« September 2015 Issue
Breaking the Cycle of Substance Use Disorder, Hardship and Incarceration
Across the United States, millions of people with substance use disorders and mental illness are unable to access needed health and social services and have become trapped in a cycle of illness, hardship and incarceration. This is particularly true for people who are homeless, living in poverty and/or from communities of color.
Thanks to a $250,000 grant from Open Society Foundation, Community Catalyst will launch an initiative to identify and promote new models of comprehensive care for people at risk of being incarcerated, particularly those with drug and alcohol problems. This project will work under the Substance Use Disorders Project, which partners with advocates to prevent addiction and expand access to quality treatment and recovery services that help people live healthier lives.
“We’re looking to address a problem that exists for a group of vulnerable people that have a number of health issues, including underlying substance use,” said Alice Dembner, Substance Use Disorders Project Director at Community Catalyst. “We want to break the cycle of substance use, crime and incarceration.”
The new project aims to improve the health system to connect people to care, including health care and social and economic services such as housing, food, transportation and job training. This can offer a path to help people move toward jobs and healthier lives, rather than jail.
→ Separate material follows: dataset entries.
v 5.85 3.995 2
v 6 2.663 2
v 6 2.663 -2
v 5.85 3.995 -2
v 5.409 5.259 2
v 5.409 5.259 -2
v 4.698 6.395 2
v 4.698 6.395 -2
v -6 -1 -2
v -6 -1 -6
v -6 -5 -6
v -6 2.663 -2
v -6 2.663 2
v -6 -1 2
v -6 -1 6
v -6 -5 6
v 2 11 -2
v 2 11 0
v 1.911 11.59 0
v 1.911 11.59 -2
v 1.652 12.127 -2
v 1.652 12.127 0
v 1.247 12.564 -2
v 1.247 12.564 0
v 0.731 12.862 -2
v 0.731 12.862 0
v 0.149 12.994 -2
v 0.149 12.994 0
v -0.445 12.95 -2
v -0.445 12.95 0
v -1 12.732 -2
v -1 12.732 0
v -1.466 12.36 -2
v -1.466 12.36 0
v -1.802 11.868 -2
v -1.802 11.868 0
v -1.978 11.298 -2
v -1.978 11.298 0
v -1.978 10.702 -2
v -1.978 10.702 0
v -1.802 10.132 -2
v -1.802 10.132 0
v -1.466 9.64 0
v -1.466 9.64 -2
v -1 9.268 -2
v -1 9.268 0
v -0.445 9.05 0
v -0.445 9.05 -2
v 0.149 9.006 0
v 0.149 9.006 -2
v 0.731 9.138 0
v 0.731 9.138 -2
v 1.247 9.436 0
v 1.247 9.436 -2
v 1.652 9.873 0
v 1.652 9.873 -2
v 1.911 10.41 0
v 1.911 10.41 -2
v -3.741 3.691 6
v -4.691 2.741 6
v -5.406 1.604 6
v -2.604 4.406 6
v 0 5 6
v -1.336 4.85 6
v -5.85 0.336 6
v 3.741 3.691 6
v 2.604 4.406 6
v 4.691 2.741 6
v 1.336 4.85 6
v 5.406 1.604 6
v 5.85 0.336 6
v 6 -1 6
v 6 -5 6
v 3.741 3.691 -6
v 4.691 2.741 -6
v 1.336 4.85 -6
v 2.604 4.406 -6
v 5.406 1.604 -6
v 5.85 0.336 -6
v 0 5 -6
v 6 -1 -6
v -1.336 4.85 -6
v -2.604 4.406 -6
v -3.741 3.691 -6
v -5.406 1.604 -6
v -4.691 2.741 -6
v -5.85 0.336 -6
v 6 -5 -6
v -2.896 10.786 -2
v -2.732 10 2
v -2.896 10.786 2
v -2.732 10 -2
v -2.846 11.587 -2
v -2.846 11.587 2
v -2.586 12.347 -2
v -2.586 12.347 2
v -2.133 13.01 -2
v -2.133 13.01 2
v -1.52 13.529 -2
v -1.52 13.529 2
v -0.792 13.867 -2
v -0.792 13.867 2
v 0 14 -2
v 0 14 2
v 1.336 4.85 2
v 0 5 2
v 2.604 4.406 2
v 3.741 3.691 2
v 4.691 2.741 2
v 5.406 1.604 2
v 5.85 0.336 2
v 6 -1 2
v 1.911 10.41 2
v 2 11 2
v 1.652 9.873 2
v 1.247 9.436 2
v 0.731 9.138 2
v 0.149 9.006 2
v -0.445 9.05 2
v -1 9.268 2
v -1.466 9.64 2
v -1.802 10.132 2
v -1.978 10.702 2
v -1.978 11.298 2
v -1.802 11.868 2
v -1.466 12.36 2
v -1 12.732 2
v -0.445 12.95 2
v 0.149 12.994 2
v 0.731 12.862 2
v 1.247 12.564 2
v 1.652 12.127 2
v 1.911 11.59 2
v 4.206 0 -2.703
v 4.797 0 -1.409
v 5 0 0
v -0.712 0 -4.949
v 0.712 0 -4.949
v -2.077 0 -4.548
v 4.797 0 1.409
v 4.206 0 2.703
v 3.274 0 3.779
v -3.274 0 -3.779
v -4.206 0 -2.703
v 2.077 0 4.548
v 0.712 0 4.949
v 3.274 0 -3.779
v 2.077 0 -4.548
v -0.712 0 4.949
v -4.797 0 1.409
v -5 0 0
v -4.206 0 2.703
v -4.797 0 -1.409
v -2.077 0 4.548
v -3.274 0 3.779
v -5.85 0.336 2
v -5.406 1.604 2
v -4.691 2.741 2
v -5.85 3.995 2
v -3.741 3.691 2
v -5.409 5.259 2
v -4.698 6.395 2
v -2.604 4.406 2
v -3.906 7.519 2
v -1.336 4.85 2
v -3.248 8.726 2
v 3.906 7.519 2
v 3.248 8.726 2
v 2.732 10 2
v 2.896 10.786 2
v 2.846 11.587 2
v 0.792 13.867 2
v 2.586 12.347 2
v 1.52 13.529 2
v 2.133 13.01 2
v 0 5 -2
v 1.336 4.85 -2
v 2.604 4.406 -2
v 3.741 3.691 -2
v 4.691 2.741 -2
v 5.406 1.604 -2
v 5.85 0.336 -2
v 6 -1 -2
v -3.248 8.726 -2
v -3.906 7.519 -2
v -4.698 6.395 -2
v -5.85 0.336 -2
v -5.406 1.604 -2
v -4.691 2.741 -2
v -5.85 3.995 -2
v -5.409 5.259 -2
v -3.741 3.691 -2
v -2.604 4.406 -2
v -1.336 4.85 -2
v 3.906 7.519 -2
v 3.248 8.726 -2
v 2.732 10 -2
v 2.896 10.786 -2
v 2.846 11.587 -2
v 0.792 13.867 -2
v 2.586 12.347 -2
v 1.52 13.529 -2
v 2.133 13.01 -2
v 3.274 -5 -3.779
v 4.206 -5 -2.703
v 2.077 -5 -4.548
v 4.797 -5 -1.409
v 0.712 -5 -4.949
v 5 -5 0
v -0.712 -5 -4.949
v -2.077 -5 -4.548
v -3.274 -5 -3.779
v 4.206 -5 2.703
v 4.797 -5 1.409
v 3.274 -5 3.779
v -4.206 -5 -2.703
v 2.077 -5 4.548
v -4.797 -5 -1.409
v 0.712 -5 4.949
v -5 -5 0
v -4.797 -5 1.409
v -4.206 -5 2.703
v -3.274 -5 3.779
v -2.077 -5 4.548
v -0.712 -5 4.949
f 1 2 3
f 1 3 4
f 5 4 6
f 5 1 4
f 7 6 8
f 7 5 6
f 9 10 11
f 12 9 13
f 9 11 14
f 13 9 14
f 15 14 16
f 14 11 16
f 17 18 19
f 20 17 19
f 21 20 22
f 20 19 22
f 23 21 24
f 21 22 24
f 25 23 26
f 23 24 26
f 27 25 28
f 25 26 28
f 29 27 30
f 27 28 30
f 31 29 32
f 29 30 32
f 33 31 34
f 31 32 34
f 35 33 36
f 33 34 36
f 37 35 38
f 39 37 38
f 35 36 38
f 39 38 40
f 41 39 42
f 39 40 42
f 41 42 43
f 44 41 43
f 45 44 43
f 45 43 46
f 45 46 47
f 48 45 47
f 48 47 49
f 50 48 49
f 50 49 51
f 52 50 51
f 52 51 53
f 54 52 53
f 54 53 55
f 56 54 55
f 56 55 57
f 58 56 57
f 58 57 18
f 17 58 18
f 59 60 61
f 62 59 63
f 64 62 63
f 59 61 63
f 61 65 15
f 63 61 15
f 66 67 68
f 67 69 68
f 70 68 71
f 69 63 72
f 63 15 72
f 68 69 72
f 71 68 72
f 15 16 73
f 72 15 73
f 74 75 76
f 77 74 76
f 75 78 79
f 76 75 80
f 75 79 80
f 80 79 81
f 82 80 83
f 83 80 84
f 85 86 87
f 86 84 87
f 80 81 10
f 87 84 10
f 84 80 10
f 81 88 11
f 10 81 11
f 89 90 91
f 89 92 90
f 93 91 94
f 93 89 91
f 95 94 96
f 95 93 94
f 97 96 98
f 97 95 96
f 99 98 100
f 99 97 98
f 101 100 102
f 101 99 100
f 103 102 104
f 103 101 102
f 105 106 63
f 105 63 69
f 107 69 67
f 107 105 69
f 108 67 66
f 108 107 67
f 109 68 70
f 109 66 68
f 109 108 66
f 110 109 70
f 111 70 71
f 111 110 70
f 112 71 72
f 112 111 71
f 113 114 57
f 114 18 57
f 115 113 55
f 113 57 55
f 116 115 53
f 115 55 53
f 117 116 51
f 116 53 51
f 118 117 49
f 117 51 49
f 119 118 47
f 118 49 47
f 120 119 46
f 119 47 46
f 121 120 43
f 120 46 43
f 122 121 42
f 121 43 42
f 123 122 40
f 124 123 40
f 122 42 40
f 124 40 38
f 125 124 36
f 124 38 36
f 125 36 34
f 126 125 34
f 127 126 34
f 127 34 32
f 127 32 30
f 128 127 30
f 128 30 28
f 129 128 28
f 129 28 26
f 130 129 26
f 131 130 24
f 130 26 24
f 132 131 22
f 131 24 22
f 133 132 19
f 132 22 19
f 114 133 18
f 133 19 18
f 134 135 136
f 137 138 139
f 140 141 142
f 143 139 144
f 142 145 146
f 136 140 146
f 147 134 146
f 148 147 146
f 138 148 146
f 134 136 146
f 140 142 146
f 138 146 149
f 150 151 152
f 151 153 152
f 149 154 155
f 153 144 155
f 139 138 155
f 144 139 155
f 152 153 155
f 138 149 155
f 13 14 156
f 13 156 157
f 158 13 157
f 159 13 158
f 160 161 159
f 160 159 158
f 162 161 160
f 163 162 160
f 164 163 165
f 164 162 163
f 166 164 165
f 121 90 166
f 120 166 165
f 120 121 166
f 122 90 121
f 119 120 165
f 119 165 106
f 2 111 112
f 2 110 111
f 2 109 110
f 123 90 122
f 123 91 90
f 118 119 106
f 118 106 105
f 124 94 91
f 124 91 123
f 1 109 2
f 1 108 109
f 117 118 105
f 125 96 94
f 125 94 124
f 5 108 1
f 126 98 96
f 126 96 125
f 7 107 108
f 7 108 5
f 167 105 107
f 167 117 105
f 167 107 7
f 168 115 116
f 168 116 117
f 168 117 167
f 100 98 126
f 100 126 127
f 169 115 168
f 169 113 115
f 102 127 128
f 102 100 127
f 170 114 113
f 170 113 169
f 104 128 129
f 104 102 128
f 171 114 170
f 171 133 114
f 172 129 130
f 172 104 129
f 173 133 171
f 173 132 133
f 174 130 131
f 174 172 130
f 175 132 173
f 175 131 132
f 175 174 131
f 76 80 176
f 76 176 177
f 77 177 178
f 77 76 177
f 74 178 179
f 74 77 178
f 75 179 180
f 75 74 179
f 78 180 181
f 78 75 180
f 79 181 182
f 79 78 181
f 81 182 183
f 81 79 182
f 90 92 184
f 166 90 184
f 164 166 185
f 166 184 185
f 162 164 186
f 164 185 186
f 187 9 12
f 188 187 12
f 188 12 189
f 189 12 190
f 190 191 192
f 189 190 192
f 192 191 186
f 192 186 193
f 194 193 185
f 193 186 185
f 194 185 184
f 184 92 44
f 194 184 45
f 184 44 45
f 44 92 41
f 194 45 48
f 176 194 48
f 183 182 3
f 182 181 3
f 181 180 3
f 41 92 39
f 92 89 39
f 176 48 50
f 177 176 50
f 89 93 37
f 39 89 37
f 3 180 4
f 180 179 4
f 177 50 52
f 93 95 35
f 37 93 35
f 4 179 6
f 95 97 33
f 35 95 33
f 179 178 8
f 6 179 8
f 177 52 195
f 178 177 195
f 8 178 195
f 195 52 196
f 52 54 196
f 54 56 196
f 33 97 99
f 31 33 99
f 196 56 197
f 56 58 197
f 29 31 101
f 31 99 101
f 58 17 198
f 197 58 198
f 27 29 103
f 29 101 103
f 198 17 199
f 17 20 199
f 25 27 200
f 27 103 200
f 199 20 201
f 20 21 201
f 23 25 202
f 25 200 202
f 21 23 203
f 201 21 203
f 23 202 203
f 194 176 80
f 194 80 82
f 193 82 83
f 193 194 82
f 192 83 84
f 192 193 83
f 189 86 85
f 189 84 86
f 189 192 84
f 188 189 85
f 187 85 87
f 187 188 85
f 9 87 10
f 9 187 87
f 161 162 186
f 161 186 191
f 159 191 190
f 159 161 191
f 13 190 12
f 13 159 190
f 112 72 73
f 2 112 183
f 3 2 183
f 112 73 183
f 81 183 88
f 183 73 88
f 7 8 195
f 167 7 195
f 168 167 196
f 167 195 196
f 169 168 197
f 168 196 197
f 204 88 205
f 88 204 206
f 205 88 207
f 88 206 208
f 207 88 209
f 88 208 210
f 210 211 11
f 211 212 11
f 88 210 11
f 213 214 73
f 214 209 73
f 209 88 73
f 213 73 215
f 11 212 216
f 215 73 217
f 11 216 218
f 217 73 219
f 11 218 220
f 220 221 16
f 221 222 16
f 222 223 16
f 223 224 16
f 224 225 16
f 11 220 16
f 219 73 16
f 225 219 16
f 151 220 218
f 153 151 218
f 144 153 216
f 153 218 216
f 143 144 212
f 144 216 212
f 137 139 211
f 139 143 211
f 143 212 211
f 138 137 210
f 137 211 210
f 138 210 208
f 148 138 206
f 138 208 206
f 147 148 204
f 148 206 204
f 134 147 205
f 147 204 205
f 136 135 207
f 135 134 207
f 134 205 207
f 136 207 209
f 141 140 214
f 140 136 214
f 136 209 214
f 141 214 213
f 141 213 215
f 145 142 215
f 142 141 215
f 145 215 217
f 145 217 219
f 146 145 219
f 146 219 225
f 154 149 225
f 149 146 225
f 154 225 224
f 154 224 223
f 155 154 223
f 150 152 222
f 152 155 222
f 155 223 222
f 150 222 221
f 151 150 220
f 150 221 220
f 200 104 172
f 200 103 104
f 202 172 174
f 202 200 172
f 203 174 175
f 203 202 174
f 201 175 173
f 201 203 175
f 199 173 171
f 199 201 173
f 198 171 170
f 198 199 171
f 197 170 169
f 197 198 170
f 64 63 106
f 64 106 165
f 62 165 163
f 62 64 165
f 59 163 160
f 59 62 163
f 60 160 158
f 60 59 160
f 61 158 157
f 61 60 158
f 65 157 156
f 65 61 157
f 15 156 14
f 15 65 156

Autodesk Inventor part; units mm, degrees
ref_plane "YZ Plane" through (0, 0, 0) normal (1, 0, 0) x (0, 1, 0)
ref_plane "XZ Plane" through (0, 0, 0) normal (0, 1, 0) x (-1, 0, 0)
sketch "Szkic3" plane through (0, 0, 0) normal (0, 1, 0) x (-1, 0, 0)
  circle A0 centre (0, 0) radius 5
  line L0 (-6, -6) -> (6, -6)
  line L1 (6, -6) -> (6, 6)
  line L2 (6, 6) -> (-6, 6)
  line L3 (-6, 6) -> (-6, -6)
  line L4 (-6, -6) -> (6, 6) construction
  line L5 (6, -6) -> (-6, 6) construction
  dimension "d12" = 10
  dimension "d15" = 12
  dimension "d16" = 12
extrude "Wyciągnięcie proste3" add sketch "Szkic3" along normal mid plane 10
extrude "Wyciągnięcie proste4" add sketch "Szkic3" along normal blind 5 contours A0
ref_plane "Płaszczyzna konstrukcyjna2" through (-6, 5, 0) normal (0, 0, 1) x (1, 0, 0)
sketch "Szkic7" plane through (-6, 5, 0) normal (0, 0, 1) x (1, 0, 0)
  line L0 (0, 0) -> (12, 0) projected
  line L1 (0, 0) -> (12, 0)
  line L2 (6, 0) -> (6, 6)
  line L3 (6, 0) -> (12, 0) construction
  circle A0 centre (6, 6) radius 2
  line L4 (4.2679, 5) -> (3.2679, 5)
  line L5 (6, 8) -> (6, 9)
  line L6 (7.7321, 5) -> (8.7321, 5)
  arc A1 (0, 0) -> (3.2679, 5) centre (-8.0948, 8.8586) ccw
  arc A2 (6, 9) -> (3.2679, 5) centre (6.0958, 6.0015) ccw
  arc A3 (8.7321, 5) -> (6, 9) centre (5.9042, 6.0015) ccw
  arc A4 (8.7321, 5) -> (12, 0) centre (20.0948, 8.8586) ccw
  point P0 (6, -5)
  dimension "d42" = 6
  dimension "d43" = 90
  dimension "d44" = 4
  dimension "d45" = 1
  dimension "d46" = 1
  dimension "d47" = 1
  dimension "d48" = 5
  dimension "d49" = 5
  dimension "d50" = 0
  dimension "d51" = 12
  dimension "d52" = 3
  dimension "d53" = 3
  dimension "d54" = 12
extrude "Wyciągnięcie proste7" add sketch "Szkic7" along normal mid plane 4 contours A1 L4 A0 L2 L0 | L2 A0 L6 A4 L0 | A2 L5 A0 L4 | A3 L6 A0 L5
fillet "Zaokrąglenie5" radius 6 4 edges at (-6, 5, 4) (6, 5, 4) (6, 5, -4) (-6, 5, -4)
fillet "Zaokrąglenie6" radius 6 2 edges at (6, 5, 0) (-6, 5, 0)
properties part number "Connector_fill"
This initiative supports Community Catalyst’s goals of making sure the health system meets the needs of vulnerable people and of advancing health justice and health equity. It also fits with our Health System Transformation agenda to provide a more integrated health care model to reduce health care costs and provide higher quality care.
The new initiative will bring together advocates from the consumer health, substance use disorders and criminal justice movements to identify and promote new models of comprehensive health care; leverage coverage expansion and payment incentives in the Affordable Care Act to support these new models; provide advocacy tools to advance the models; and lift up the voices of consumers at risk of incarceration for nonviolent crimes.
Dembner explains, “Since many of these people are also heavy users of hospital emergency rooms when not incarcerated, there could be savings in health care by connecting them to primary care and social services. The savings in jail costs and emergency room treatment could be used to create sustainable new systems of holistic care and services.”
The project is set to launch on December 1, 2015.